What is needed
Start at the line in the entries below that contains "#273=EDGE_LOOP('',(#269,#270,#271,#272));", stop at the line that contains "#284=CARTESIAN_POINT('',(-22.,64.3,7.4));", and output exactly the lines in that span, both ends included.

Items from a dataset
________________

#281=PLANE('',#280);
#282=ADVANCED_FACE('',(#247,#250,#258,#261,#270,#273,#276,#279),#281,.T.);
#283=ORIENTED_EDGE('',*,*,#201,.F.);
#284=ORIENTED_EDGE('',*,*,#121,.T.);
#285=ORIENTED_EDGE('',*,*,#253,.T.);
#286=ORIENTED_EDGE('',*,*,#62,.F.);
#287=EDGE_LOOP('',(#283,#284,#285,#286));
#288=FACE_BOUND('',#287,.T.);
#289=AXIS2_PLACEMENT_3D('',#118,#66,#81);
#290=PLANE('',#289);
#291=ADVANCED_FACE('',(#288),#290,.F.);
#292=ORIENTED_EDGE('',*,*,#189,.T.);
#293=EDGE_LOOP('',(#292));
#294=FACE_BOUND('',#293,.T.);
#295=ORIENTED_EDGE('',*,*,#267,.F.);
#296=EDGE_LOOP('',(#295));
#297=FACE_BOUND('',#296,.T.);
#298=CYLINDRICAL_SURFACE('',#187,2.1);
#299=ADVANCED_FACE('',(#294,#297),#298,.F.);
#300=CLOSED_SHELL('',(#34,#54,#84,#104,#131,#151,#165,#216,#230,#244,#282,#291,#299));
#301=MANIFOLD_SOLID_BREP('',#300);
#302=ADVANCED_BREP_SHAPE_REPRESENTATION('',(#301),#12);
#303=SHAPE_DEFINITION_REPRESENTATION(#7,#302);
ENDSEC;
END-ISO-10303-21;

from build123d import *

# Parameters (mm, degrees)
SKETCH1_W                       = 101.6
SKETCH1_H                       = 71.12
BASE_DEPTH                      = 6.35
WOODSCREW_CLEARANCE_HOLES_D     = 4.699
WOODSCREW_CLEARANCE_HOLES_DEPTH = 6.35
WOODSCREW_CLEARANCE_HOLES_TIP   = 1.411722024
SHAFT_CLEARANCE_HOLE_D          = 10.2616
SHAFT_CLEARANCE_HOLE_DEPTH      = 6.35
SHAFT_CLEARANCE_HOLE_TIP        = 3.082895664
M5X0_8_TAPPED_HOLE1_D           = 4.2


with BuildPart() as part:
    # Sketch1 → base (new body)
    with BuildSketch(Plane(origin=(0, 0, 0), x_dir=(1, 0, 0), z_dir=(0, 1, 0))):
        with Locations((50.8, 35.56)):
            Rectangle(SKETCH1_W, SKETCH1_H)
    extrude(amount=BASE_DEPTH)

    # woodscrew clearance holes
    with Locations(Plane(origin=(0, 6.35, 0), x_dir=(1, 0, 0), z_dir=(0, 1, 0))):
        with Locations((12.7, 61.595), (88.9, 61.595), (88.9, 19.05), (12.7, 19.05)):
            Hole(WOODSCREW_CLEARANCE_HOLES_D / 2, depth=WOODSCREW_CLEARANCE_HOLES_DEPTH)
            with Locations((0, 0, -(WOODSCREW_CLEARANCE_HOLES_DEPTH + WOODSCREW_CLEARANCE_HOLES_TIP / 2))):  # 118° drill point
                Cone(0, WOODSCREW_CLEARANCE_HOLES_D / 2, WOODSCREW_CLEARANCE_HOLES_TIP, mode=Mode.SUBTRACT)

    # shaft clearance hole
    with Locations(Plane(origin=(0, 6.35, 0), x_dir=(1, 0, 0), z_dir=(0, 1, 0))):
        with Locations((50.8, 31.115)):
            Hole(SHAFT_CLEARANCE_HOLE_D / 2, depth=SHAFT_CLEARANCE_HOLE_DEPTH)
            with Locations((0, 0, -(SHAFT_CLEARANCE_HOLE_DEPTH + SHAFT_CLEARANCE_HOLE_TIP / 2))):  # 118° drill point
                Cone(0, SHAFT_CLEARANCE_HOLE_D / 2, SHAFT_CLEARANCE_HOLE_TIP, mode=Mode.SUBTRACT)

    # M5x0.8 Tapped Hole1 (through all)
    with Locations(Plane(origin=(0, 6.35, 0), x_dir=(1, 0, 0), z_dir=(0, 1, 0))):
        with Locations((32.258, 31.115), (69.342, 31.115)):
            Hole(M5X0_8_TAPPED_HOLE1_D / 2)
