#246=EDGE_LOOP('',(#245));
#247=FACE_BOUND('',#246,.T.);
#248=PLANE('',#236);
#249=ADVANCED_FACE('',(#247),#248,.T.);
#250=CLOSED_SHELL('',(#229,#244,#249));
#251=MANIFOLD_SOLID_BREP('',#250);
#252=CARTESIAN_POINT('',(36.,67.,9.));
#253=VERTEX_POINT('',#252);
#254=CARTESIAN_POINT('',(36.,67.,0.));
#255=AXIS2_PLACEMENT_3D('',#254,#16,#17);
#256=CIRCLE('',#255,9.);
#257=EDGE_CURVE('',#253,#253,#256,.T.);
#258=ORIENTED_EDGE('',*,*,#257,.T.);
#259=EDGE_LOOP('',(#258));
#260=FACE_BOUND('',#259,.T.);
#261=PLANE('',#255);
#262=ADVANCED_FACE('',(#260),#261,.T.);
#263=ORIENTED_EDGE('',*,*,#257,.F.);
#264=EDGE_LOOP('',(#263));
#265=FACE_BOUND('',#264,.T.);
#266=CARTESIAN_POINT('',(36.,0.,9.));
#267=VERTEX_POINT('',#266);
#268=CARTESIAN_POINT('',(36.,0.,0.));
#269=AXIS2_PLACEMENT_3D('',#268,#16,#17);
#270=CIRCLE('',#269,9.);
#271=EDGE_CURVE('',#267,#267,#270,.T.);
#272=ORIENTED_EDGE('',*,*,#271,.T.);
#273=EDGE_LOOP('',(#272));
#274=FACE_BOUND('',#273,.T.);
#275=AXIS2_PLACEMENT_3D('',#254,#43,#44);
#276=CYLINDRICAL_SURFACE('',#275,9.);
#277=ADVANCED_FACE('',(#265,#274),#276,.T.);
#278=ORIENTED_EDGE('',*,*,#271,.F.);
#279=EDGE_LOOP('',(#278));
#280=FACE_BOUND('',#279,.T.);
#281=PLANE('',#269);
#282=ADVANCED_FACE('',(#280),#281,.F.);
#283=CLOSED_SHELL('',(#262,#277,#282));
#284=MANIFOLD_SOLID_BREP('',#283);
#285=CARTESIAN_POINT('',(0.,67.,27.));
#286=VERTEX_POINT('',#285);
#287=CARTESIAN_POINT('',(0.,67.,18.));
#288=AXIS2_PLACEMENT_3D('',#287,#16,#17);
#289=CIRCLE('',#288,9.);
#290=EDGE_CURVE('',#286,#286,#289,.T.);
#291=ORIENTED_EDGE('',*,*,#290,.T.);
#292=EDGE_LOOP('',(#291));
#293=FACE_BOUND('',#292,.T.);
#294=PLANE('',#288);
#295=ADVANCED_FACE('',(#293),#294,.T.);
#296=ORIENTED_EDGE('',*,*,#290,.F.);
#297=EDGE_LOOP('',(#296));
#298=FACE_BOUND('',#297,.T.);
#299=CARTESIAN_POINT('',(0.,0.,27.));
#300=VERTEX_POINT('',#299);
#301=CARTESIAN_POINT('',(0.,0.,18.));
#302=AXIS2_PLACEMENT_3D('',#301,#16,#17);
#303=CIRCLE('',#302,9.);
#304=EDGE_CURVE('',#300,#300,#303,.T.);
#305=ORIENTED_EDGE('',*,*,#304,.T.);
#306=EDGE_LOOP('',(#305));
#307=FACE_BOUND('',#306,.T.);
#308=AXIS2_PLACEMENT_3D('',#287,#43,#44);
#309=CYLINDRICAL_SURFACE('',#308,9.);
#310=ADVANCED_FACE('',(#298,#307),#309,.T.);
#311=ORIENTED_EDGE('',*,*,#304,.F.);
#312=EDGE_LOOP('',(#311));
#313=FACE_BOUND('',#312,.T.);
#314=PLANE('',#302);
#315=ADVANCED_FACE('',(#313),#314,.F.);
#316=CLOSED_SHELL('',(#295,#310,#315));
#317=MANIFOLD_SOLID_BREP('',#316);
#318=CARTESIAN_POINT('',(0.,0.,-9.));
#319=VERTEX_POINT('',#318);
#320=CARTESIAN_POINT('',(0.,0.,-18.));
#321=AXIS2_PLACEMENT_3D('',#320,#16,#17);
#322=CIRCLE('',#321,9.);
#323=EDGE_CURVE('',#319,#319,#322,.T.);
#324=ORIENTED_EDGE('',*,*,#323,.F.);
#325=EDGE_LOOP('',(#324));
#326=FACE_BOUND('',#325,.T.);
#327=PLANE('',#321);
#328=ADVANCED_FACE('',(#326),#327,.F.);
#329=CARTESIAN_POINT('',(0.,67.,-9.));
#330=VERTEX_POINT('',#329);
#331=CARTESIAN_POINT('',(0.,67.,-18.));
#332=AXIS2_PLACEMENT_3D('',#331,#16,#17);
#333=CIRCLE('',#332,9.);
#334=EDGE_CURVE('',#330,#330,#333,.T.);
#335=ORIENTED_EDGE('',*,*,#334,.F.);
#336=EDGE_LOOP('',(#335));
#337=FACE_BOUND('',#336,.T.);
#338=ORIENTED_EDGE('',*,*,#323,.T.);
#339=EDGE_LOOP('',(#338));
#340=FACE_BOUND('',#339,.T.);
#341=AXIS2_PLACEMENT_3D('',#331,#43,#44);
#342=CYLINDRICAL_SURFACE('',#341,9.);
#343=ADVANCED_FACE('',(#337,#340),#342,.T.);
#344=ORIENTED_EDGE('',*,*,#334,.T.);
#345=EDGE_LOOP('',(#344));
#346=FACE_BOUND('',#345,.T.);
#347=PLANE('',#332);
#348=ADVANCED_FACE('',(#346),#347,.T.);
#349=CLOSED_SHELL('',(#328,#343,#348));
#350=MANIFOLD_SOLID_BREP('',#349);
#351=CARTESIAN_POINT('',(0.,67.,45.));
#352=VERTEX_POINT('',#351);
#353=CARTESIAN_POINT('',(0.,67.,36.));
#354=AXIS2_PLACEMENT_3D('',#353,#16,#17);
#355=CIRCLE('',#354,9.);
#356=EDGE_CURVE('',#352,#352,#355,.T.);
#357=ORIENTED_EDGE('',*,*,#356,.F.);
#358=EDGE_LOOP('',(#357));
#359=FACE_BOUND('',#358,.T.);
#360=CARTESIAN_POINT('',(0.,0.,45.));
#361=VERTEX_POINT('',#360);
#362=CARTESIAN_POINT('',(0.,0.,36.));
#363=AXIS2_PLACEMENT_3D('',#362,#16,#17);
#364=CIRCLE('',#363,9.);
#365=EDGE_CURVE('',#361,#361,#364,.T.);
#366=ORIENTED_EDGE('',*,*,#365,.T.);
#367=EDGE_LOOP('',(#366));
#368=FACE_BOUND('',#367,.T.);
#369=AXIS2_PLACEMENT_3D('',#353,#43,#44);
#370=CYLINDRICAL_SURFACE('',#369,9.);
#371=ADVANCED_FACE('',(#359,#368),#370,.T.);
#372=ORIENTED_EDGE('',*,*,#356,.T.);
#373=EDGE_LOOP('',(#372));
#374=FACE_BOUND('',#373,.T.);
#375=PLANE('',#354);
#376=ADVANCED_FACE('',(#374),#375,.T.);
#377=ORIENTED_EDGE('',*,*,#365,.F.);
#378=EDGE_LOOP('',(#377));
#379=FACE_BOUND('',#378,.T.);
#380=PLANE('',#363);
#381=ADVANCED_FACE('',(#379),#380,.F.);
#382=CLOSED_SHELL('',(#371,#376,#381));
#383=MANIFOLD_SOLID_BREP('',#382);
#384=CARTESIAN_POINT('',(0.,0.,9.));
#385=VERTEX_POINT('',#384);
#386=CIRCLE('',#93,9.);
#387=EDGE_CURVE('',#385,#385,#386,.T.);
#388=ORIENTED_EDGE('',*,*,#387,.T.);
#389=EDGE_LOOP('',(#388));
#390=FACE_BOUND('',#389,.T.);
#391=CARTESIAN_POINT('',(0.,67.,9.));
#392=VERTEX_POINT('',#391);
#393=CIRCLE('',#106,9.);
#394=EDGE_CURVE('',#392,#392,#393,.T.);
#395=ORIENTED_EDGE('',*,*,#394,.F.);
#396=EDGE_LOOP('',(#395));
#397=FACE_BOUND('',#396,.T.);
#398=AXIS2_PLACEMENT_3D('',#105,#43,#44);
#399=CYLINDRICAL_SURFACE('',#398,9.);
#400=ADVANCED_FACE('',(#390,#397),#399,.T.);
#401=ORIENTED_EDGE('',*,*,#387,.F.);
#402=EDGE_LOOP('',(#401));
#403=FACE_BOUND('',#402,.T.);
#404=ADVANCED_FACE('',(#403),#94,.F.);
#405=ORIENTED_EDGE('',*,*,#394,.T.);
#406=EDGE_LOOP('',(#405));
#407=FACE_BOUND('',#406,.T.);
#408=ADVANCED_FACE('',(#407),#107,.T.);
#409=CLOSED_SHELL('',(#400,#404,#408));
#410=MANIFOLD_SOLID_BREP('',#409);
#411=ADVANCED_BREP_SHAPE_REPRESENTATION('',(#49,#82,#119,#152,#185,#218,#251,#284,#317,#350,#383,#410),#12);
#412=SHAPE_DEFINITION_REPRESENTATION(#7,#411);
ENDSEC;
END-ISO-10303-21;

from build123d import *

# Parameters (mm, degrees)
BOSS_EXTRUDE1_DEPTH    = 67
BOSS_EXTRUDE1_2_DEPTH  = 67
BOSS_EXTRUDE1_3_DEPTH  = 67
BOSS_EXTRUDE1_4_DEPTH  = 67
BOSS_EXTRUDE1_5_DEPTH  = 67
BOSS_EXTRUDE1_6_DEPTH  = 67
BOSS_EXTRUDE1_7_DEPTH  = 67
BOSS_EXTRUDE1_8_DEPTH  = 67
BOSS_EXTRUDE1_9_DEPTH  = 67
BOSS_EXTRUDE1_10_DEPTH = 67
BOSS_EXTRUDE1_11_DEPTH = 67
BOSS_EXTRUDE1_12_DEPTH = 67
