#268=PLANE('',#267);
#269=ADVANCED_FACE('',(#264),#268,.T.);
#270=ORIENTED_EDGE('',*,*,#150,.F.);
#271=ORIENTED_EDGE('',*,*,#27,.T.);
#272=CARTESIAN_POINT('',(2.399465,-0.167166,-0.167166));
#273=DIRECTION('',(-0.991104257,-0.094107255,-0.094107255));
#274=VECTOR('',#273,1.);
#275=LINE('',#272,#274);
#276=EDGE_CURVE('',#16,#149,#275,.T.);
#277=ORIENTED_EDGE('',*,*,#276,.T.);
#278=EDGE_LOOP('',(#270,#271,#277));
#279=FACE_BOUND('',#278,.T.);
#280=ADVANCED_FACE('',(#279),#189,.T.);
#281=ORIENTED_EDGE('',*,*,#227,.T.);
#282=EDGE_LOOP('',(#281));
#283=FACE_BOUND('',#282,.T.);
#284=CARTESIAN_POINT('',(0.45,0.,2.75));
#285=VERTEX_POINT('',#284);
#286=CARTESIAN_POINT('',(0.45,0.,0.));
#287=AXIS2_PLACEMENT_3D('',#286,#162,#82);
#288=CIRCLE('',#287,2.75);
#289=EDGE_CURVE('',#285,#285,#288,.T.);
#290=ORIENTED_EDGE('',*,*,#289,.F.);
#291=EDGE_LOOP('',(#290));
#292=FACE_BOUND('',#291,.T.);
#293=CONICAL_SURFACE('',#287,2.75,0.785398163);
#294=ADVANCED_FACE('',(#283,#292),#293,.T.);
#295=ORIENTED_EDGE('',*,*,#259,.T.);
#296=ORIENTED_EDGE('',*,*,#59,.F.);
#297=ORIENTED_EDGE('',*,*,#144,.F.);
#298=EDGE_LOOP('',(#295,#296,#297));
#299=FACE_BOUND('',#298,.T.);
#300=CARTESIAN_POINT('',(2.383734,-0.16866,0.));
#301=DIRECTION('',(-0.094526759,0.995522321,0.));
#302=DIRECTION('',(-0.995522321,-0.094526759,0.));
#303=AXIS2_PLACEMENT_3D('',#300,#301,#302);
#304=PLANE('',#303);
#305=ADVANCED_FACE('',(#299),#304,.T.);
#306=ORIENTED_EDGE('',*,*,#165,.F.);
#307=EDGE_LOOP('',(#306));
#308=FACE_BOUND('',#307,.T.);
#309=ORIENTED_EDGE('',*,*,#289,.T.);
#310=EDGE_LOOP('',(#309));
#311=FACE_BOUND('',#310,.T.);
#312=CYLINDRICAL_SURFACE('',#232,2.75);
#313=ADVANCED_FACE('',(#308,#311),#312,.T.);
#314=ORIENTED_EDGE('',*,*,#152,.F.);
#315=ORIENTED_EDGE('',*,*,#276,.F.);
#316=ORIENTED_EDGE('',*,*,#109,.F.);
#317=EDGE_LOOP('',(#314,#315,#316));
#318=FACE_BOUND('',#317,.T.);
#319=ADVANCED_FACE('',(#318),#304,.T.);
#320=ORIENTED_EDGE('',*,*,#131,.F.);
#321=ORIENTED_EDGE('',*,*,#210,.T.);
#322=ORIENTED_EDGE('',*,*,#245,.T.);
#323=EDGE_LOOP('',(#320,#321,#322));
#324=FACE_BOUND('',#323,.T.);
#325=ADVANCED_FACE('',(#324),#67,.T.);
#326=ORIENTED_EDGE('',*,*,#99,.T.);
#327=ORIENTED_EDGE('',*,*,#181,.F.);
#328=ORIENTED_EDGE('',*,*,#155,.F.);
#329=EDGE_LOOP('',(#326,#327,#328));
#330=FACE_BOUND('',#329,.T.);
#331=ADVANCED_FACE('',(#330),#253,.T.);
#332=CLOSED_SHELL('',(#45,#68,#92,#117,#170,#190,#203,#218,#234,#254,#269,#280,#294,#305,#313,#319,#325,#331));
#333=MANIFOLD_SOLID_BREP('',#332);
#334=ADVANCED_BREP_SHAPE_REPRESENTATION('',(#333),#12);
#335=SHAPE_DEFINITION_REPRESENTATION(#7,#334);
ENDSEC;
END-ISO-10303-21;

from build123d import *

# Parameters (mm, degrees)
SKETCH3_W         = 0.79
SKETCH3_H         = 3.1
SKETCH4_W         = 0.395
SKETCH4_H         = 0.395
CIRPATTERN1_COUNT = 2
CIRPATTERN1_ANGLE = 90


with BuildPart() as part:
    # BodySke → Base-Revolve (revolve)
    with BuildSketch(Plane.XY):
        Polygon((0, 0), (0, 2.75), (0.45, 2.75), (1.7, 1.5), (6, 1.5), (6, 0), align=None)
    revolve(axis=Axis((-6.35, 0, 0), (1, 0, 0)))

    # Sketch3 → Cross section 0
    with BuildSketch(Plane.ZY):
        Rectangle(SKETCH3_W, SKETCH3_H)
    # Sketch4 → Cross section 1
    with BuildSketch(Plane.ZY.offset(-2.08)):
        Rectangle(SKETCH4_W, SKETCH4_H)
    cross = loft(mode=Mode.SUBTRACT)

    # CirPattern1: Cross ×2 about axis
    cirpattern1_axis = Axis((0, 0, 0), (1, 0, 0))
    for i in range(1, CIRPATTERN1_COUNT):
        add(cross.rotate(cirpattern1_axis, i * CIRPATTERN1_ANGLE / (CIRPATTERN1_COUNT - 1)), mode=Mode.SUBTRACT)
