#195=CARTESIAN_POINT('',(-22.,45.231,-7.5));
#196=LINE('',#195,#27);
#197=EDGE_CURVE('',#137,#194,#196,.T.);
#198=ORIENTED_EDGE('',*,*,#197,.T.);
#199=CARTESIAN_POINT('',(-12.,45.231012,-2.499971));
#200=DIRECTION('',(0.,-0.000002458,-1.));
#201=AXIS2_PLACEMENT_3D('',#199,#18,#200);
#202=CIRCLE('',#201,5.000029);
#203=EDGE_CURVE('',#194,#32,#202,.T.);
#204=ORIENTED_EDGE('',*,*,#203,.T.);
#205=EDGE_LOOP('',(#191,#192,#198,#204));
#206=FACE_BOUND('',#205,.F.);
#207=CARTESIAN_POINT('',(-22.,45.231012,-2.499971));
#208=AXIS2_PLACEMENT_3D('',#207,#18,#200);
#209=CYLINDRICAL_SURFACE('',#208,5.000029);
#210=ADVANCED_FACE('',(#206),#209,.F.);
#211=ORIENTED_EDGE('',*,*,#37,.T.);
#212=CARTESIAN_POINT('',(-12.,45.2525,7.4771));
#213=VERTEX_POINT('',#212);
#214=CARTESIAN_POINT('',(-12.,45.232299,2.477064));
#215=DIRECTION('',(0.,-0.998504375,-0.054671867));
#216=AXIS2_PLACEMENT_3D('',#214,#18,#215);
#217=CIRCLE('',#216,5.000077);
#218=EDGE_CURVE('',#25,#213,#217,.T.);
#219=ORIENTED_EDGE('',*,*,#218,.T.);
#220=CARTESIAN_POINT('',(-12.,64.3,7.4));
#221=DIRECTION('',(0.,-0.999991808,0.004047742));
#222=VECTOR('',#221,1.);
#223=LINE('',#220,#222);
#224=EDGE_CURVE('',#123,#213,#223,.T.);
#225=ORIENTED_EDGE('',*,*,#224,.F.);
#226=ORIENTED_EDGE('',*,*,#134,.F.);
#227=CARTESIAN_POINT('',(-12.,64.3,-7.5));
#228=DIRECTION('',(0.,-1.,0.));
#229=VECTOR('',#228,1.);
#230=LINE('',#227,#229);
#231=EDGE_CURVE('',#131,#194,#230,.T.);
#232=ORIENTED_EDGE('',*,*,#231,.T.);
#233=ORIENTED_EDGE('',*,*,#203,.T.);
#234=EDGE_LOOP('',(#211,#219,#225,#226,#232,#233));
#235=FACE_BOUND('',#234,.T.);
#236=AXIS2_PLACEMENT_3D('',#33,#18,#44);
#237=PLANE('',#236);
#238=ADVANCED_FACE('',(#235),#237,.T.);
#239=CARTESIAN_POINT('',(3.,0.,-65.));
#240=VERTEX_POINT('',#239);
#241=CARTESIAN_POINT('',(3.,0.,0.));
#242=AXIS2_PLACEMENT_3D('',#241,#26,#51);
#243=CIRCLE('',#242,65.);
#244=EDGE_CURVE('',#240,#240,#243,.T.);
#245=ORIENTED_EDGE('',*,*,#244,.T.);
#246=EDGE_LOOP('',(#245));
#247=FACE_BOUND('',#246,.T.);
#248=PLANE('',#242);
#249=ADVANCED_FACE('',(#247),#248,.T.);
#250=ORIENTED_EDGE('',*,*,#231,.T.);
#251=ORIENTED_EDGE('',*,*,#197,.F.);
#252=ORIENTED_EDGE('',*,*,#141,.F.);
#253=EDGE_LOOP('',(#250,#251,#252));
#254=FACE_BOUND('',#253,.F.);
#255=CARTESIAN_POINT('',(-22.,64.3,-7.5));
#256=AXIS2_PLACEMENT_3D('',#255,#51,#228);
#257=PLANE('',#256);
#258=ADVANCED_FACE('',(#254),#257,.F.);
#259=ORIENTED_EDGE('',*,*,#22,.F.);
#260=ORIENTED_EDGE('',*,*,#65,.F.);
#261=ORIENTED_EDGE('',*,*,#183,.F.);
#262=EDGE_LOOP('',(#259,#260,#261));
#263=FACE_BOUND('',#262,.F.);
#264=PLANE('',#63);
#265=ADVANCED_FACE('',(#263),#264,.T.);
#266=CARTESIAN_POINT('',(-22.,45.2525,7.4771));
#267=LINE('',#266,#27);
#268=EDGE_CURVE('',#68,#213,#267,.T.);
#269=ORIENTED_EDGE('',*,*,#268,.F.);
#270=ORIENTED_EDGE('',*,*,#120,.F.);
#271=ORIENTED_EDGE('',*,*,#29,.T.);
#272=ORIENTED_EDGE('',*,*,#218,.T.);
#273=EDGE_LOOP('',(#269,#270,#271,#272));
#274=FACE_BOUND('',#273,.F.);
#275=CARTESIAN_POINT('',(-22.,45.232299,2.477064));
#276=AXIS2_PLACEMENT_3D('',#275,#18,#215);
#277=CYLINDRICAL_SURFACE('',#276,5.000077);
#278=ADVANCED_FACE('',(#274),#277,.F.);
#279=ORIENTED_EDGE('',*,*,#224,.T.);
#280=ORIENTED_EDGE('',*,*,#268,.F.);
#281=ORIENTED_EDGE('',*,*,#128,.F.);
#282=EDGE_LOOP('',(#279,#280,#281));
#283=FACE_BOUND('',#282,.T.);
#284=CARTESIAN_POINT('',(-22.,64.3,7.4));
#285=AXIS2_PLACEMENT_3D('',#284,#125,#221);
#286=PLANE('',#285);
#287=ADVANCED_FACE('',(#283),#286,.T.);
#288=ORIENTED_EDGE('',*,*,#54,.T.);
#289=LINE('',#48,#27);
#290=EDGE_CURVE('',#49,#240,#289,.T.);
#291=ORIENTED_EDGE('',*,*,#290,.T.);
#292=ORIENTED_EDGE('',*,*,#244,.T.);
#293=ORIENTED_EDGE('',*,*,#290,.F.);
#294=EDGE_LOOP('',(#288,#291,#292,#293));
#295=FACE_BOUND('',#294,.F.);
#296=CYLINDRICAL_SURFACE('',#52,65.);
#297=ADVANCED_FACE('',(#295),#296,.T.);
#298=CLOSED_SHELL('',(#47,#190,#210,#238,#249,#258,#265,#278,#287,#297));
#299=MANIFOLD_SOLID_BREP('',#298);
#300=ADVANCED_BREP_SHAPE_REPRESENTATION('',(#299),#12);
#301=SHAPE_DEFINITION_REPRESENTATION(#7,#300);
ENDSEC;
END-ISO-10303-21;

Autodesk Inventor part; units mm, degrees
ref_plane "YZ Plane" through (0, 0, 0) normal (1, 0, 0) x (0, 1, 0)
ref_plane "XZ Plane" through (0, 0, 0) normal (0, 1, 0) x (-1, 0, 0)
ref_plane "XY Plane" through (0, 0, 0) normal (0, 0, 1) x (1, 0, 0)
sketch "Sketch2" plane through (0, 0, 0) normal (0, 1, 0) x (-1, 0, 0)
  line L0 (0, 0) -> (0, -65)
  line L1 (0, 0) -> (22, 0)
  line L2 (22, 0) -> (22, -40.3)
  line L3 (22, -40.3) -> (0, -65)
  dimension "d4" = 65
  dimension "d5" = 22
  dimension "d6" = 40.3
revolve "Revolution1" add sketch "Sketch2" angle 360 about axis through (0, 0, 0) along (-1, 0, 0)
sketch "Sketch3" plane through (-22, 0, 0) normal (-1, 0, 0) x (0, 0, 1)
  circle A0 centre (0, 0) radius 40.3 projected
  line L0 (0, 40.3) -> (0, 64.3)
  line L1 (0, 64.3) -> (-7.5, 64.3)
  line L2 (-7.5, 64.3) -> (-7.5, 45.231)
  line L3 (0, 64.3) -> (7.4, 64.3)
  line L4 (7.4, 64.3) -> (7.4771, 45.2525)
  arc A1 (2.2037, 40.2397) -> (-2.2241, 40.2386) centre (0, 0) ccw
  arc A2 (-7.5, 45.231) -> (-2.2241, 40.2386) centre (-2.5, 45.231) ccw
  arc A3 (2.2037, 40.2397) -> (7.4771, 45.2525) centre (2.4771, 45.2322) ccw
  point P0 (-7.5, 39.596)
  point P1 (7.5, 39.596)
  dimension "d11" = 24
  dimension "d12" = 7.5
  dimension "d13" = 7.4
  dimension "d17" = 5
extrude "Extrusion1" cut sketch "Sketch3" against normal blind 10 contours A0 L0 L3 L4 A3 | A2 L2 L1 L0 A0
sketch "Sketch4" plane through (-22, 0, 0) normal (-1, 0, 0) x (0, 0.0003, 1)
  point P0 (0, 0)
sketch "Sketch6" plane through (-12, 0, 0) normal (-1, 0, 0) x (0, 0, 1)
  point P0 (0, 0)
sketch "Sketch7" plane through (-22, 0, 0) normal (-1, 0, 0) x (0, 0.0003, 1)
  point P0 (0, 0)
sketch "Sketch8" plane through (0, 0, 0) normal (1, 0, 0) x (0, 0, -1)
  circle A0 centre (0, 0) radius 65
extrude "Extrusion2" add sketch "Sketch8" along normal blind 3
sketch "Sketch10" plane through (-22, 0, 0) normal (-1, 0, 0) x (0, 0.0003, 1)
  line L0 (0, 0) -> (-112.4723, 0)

________________

The answer
#273=EDGE_LOOP('',(#269,#270,#271,#272));
#274=FACE_BOUND('',#273,.F.);
#275=CARTESIAN_POINT('',(-22.,45.232299,2.477064));
#276=AXIS2_PLACEMENT_3D('',#275,#18,#215);
#277=CYLINDRICAL_SURFACE('',#276,5.000077);
#278=ADVANCED_FACE('',(#274),#277,.F.);
#279=ORIENTED_EDGE('',*,*,#224,.T.);
#280=ORIENTED_EDGE('',*,*,#268,.F.);
#281=ORIENTED_EDGE('',*,*,#128,.F.);
#282=EDGE_LOOP('',(#279,#280,#281));
#283=FACE_BOUND('',#282,.T.);
#284=CARTESIAN_POINT('',(-22.,64.3,7.4));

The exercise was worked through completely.